High performance polyamide composite nanofiltration membranes via reverse interfacial polymerization with the synergistic interaction of gelatin interlayer and trimesoyl chloride

Abstract

A novel polyamide (PA) thin film nanofibrous composite (TFNC) nanofiltration membrane consisted of electrospun polyacrylonitrile (PAN) nanofibrous substrate, gelatin interlayer and polyamide barrier layer was fabricated by reverse interfacial polymerization (IP-R). The prepared PA separating layer was ultrathin, crumpled, and defect-free, which was benefited from the synergistic interaction of the gelatin nanofibrous interlayer and trimesoyl chloride (TMC).

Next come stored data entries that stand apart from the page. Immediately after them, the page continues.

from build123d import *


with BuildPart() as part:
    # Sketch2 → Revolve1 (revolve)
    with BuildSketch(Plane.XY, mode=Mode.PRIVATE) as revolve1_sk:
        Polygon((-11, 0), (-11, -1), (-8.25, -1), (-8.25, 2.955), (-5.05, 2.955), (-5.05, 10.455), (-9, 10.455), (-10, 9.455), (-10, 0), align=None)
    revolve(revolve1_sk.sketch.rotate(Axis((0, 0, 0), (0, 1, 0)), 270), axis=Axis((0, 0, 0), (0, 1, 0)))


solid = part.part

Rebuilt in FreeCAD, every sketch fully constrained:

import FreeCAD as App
import Part
import Sketcher
Q = App.Units.Quantity


def add_polygon(sketch, points):
    """Adds a closed chain of lines whose ends are joined by coincident constraints."""
    first, n = sketch.GeometryCount, len(points)
    for a, b in zip(points, points[1:] + points[:1]):
        sketch.addGeometry(Part.LineSegment(App.Vector(*a, 0), App.Vector(*b, 0)), False)
    for i in range(n):
        sketch.addConstraint(Sketcher.Constraint("Coincident", first + i, 2, first + (i + 1) % n, 1))

doc = App.newDocument("Part")
body = doc.addObject("PartDesign::Body", "Body")

# Sketch on XY plane
sketch1 = doc.addObject("Sketcher::SketchObject", "Sketch")
body.addObject(sketch1)
sketch1.AttachmentSupport = (doc.XY_Plane, [""])
sketch1.MapMode = "FlatFace"
add_polygon(sketch1, [(-11, 0), (-11, -1), (-8.2, -1), (-8.2, 3), (-5, 3), (-5, 10.5), (-9, 10.5), (-10, 9.5), (-10, 0)])  # lines 0-8
sketch1.addConstraint(Sketcher.Constraint("Vertical", 0))
sketch1.addConstraint(Sketcher.Constraint("Horizontal", 1))
sketch1.addConstraint(Sketcher.Constraint("Vertical", 2))
sketch1.addConstraint(Sketcher.Constraint("Horizontal", 3))
sketch1.addConstraint(Sketcher.Constraint("Vertical", 4))
sketch1.addConstraint(Sketcher.Constraint("Horizontal", 5))
sketch1.addConstraint(Sketcher.Constraint("Vertical", 7))
sketch1.addConstraint(Sketcher.Constraint("Horizontal", 8))
sketch1.addConstraint(Sketcher.Constraint("PointOnObject", 7, 2, -1))
sketch1.addConstraint(Sketcher.Constraint("Equal", 8, 0))
sketch1.addConstraint(Sketcher.Constraint("DistanceX", 8, 2, 8, 1, Q("1 mm")))
sketch1.addConstraint(Sketcher.Constraint("Angle", 6, Q("-135 deg")))
sketch1.addConstraint(Sketcher.Constraint("DistanceX", 3, 1, 3, 2, Q("3.2 mm")))
sketch1.addConstraint(Sketcher.Constraint("DistanceY", 4, 1, 4, 2, Q("7.5 mm")))
sketch1.addConstraint(Sketcher.Constraint("DistanceX", 0, 2, -1, 1, Q("11 mm")))
sketch1.addConstraint(Sketcher.Constraint("DistanceX", 5, 2, -1, 1, Q("9 mm")))
sketch1.addConstraint(Sketcher.Constraint("DistanceX", 1, 1, 1, 2, Q("2.75 mm")))
sketch1.addConstraint(Sketcher.Constraint("DistanceY", 2, 1, 2, 2, Q("3.955 mm")))
revolution = doc.addObject("PartDesign::Revolution", "Revolution")
body.addObject(revolution)
revolution.Profile = sketch1
revolution.ReferenceAxis = (sketch1, ["V_Axis"])
revolution.Angle = 360

doc.recompute()
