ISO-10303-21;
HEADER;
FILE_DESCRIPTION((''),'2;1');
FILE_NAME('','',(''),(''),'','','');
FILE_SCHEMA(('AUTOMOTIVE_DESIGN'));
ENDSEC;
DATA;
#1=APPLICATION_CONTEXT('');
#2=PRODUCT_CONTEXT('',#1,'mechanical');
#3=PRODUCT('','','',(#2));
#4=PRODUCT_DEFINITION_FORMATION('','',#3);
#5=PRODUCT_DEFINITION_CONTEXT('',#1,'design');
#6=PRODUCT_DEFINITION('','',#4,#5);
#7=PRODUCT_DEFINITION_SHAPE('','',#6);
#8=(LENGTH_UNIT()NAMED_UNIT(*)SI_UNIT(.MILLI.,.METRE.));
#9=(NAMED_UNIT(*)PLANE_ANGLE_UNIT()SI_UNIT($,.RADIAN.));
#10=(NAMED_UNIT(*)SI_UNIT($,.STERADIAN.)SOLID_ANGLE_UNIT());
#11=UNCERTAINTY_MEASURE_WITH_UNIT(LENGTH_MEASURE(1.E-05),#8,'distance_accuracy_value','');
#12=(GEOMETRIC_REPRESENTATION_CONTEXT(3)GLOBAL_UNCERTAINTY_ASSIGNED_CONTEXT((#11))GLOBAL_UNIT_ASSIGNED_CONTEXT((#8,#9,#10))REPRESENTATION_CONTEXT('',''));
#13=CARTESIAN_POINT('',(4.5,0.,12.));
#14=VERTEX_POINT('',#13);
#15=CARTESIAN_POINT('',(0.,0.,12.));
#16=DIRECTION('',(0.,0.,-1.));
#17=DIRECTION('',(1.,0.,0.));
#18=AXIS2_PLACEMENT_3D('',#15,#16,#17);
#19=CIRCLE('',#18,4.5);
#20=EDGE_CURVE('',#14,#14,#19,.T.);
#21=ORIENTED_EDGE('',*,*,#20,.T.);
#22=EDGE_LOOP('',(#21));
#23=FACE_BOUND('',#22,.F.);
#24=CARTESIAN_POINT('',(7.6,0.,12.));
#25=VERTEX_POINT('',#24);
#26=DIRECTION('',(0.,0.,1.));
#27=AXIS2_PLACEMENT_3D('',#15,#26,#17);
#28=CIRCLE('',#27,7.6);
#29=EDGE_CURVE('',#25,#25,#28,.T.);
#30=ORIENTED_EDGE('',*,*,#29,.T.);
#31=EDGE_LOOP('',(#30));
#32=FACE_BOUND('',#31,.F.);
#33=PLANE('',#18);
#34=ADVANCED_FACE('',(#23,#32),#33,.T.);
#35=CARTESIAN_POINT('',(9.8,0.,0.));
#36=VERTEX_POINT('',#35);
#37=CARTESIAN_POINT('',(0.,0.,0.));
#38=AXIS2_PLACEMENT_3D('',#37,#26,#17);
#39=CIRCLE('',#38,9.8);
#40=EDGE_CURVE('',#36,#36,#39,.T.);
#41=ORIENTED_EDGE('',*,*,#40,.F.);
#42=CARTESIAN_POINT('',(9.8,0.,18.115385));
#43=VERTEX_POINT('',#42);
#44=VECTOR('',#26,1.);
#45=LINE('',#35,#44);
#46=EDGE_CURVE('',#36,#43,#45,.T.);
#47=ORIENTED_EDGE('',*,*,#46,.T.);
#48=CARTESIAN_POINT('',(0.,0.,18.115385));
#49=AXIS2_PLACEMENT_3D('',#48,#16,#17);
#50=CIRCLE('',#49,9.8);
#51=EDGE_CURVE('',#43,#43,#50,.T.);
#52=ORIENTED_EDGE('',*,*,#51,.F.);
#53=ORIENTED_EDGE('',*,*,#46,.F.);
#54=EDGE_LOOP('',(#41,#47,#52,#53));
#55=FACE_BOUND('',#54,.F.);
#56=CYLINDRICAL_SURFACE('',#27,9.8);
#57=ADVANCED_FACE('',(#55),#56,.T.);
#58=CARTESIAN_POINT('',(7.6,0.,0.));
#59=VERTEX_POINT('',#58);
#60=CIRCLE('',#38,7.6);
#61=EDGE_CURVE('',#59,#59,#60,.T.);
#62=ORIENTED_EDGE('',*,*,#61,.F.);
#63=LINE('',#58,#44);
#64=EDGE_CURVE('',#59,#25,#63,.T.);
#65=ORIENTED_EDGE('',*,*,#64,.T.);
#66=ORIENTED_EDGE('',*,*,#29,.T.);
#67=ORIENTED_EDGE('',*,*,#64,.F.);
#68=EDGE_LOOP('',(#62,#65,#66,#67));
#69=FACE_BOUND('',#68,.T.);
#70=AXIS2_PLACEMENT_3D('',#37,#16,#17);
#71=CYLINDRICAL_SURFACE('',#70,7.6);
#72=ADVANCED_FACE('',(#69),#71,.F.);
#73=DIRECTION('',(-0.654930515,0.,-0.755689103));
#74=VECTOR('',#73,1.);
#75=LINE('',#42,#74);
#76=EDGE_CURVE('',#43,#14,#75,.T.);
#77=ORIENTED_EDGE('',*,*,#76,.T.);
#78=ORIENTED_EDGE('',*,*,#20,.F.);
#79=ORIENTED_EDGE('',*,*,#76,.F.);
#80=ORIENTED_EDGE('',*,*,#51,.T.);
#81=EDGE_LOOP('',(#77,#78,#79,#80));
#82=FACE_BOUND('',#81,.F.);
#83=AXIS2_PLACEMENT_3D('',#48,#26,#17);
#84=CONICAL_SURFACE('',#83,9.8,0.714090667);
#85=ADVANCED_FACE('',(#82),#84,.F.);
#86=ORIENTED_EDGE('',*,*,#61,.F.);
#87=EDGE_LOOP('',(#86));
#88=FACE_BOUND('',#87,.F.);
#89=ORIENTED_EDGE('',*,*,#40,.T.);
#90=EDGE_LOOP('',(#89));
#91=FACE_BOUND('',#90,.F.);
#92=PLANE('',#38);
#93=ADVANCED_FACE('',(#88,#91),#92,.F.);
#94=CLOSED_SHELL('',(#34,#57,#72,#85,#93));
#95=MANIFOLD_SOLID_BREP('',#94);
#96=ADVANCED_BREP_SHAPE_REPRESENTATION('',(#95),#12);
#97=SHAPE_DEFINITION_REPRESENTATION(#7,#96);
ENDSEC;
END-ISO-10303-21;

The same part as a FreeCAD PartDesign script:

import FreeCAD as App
import Part
import Sketcher

V = App.Vector


def add_polygon(sketch, points):
    """Adds a closed chain of lines whose ends are joined by coincident constraints."""
    first, n = sketch.GeometryCount, len(points)
    for a, b in zip(points, points[1:] + points[:1]):
        sketch.addGeometry(Part.LineSegment(App.Vector(*a, 0), App.Vector(*b, 0)), False)
    for i in range(n):
        sketch.addConstraint(Sketcher.Constraint("Coincident", first + i, 2, first + (i + 1) % n, 1))

doc = App.newDocument("Part")
body = doc.addObject("PartDesign::Body", "Body")

sketch1 = doc.addObject("Sketcher::SketchObject", "Sketch")
body.addObject(sketch1)
sketch1.AttachmentSupport = (doc.XY_Plane, [""])
sketch1.MapMode = "FlatFace"
sketch1.addGeometry(Part.Circle(V(0, 0, 0), V(0, 0, 1), 10), False)
sketch1.addGeometry(Part.Circle(V(0, 0, 0), V(0, 0, 1), 8), False)
sketch1.addConstraint(Sketcher.Constraint("Coincident", 0, 3, -1, 1))
sketch1.addConstraint(Sketcher.Constraint("Coincident", 1, 3, -1, 1))
sketch1.addConstraint(Sketcher.Constraint("Diameter", 0, 19.6))
sketch1.addConstraint(Sketcher.Constraint("Diameter", 1, 15.2))
pad1 = doc.addObject("PartDesign::Pad", "Pad")
body.addObject(pad1)
pad1.Profile = sketch1
pad1.Length = 12

sketch2 = doc.addObject("Sketcher::SketchObject", "Sketch001")
body.addObject(sketch2)
sketch2.AttachmentSupport = (doc.XZ_Plane, [""])
sketch2.MapMode = "FlatFace"
add_polygon(sketch2, [(10, 18), (4, 12), (10, 12)])
sketch2.addConstraint(Sketcher.Constraint("Horizontal", 1))
sketch2.addConstraint(Sketcher.Constraint("Vertical", 2))
sketch2.addConstraint(Sketcher.Constraint("DistanceX", 1, 1, 1, 2, 5.3))
sketch2.addConstraint(Sketcher.Constraint("DistanceY", -1, 1, 0, 2, 12.0))
sketch2.addConstraint(Sketcher.Constraint("DistanceX", -1, 1, 0, 2, 4.5))
sketch2.addConstraint(Sketcher.Constraint("Distance", 0, 8.092462))
revolution = doc.addObject("PartDesign::Revolution", "Revolution")
body.addObject(revolution)
revolution.Profile = sketch2
revolution.ReferenceAxis = (sketch2, ["V_Axis"])
revolution.Angle = 360

doc.recompute()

The ultrafine gelatin nanofibrous interlayer could absorb and react with TMC in n-hexane, regulating the rising speed of the n-hexane under aqueous phase for the formation of the polyamide layer. Significantly, the nanofiltration performance of TFNC membranes was tuned by changing the deposition amount of gelatin in the nanofibrous interlayer. The flux of the optimized TFNC membrane was up to 135.6 L m−2 h−1 (about 98.1% Na2SO4 rejection) under 0.5 MPa, which was nearly triple fold of that of the membrane prepared at the same condition by interfacial polymerization (IP–F). This work may provide an efficient and facile approach to fabricate high performance nanofiltration membranes with unique structures.